- The MCP tools I implemented, along with the JaCoCo parser that was given to us, was a SpotBugs parser for static analysis. I also used some of the GitHub MCP tools, such as create_or_update_file, create_branch, and create_pull_request.
- To setup, all you really need are my MCP server + tools and GitHub MCP server + tools. The pom.xml file is already configured in my case, but it should, theoretically, be able to be configured by the AI Agent if implementations are missing.
- Troubleshooting can be found in the tester.prompt.md file.

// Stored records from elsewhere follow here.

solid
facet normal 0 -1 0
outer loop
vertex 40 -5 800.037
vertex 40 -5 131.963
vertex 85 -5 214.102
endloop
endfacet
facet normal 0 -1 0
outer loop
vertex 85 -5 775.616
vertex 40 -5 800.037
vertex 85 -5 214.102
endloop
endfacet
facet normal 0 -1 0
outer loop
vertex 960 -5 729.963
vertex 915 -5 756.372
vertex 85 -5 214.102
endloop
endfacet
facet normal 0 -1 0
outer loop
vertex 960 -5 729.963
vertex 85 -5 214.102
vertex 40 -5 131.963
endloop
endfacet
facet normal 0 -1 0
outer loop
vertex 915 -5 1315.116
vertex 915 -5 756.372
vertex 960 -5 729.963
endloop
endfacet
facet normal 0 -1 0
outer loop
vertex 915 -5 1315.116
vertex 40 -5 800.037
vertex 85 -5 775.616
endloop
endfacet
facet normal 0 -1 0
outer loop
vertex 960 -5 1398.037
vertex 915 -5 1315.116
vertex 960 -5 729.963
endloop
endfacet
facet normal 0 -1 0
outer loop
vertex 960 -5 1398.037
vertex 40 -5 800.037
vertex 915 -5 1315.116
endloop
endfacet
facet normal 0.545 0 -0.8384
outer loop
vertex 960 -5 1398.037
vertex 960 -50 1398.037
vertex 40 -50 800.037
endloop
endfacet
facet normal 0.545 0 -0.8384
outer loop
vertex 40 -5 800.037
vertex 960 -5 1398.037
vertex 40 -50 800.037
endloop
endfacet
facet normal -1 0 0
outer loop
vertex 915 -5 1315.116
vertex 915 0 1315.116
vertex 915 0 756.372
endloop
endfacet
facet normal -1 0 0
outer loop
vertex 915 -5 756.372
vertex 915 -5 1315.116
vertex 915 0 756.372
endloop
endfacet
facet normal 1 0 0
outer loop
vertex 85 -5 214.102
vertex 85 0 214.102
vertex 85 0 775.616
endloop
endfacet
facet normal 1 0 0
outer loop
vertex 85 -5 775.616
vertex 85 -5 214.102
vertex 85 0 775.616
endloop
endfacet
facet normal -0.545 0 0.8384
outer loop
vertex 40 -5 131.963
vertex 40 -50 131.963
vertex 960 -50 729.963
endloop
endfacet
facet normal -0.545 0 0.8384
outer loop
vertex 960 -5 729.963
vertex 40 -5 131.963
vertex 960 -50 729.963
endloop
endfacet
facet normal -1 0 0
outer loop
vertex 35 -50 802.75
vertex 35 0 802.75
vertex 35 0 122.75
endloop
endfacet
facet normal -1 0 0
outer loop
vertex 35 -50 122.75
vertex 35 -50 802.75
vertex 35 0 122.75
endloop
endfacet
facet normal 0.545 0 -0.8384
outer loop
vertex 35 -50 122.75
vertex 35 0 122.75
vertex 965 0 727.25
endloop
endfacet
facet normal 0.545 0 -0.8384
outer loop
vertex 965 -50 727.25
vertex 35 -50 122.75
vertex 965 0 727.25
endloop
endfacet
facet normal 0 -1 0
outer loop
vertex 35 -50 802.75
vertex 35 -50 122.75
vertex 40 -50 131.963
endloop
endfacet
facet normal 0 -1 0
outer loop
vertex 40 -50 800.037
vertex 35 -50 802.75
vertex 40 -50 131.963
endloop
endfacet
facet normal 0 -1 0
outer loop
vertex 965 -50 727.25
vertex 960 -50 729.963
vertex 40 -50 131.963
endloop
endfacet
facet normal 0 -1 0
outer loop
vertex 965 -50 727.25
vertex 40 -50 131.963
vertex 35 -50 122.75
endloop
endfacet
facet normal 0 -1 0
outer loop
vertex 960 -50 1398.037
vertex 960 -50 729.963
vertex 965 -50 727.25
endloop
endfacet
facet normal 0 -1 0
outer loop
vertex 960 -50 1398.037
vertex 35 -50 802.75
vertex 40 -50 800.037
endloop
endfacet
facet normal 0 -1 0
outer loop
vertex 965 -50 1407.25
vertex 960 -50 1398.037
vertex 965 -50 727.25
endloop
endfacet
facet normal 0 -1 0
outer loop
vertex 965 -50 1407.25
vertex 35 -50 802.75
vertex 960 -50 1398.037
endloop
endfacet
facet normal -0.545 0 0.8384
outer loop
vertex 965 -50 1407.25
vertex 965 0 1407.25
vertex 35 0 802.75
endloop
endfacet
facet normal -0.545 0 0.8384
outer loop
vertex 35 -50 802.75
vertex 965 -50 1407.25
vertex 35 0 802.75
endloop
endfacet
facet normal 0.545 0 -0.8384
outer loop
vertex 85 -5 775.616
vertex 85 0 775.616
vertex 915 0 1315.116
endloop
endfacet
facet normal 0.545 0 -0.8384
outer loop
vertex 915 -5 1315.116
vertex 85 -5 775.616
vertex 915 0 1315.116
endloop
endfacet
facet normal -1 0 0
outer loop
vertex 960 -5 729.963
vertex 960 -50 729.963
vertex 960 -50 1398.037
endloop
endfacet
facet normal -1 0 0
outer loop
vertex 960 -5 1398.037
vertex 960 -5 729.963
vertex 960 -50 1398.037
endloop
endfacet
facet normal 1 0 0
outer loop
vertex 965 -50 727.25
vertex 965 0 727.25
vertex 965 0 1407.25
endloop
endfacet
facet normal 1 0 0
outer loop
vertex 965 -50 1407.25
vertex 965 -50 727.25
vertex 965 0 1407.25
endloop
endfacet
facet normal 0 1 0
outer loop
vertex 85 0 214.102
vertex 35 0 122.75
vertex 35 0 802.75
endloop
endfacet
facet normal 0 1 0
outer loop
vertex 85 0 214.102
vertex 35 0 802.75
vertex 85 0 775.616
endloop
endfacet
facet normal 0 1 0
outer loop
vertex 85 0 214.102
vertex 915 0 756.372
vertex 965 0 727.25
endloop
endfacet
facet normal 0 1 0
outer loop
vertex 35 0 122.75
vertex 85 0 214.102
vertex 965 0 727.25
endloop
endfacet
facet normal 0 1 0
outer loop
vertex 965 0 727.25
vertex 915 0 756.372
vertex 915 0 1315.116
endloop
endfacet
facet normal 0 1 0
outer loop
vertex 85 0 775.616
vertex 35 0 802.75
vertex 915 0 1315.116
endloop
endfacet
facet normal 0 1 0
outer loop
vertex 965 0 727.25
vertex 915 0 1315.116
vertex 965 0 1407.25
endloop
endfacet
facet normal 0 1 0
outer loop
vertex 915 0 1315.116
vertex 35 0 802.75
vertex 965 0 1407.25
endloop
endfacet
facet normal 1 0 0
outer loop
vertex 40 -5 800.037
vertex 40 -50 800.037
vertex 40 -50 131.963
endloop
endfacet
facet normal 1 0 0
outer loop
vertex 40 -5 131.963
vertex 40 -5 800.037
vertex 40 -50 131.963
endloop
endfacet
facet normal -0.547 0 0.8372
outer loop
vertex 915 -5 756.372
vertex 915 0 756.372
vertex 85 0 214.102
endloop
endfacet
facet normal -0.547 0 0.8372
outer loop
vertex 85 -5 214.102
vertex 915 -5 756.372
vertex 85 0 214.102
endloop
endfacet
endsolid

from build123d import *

# Parameters (mm, degrees)
F1_DEPTH = 50
F3_DEPTH = 45


with BuildPart() as f1:
    # F0 (on Front) → F1 (new body)
    with BuildSketch(Plane.XZ):
        Polygon((35, 802.75), (35, 122.75), (965, 727.25), (965, 1407.25), align=None)
        Polygon((915, 756.371666), (85, 214.10179), (85, 775.615698), (915, 1315.115698), align=None, mode=Mode.SUBTRACT)
    extrude(amount=F1_DEPTH)

    # F2 (on face) → F3 (cut)
    with BuildSketch(Plane.XZ.offset(50)):
        Polygon((40, 800.03657), (40, 131.96343), (960, 729.96343), (960, 1398.03657), align=None)
    extrude(amount=-F3_DEPTH, mode=Mode.SUBTRACT)


solid = f1.part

This project was very interesting because I gained hands-on experience with using AI agents. Before this course, I had no experience with software testing and very little experience coding with AI agents, so combining the two was very cool for me. Overall, I found out how frustrating it is to work with AI agents. My methodology was to build a prompt slowly over time, slightly increasing the load and costs that the AI agents had to bear. This lined up well with how the project instructions were structured. For example, I first created a 20-line java class to test my tools as well as GitHub's. Slowly, I added more code and transitioned to the petclinic project. Even then, I decided that it wouldn't be feasible to write tests for the entire source code: there's too much and I frequently ran out of tokens in the context window. In an effort to showcase a real working product, I prompted the agent to only write tests for the Owner class. Through this process, I had to make adjustments to my prompt so that it wouldn't be too expensive (timewise or tokenwise). It took a really long time to get a working product on a large codebase like the petclinic. AI-assisted development was a fascinating sector of software development to enter into because I always hear online that this is where the field is headed. If you don't know how to code with AI, lots of people will say you won't do very well. My view on it is that AI made this project run 100x smoother than if I were trying to do this all by myself. It could run test cases, create feature branches, and create pull requests really easily and much quicker than if a single person or even group of people were assigned the same task. However, the idea of prompt engineering comes into play. If you don't give the AI Agent enough context, it can get lost or not know what to do. I tried to implement a feature to create pull requests, but it seems unfeasible. This is because in order for the content of a file to actually change, you have to select that button yourself after the agemt makes those changes. Because of this, the pull requests generated are empty and don't contain changes in the test classes. If I had more time, I would try to figure out a way to solve this while maintaining 100% autonomy. In terms of things I learned, I definitely learned context engineering and patience. I also learned about GitHub's vast suite of MCP server tools which I am open to using in the future.
The prompt I used to start the execution varied a lot. It was really frustrating at times, because sometimes the agent could infer and do the right thing without me explicitly saying, otherwise it couldn't.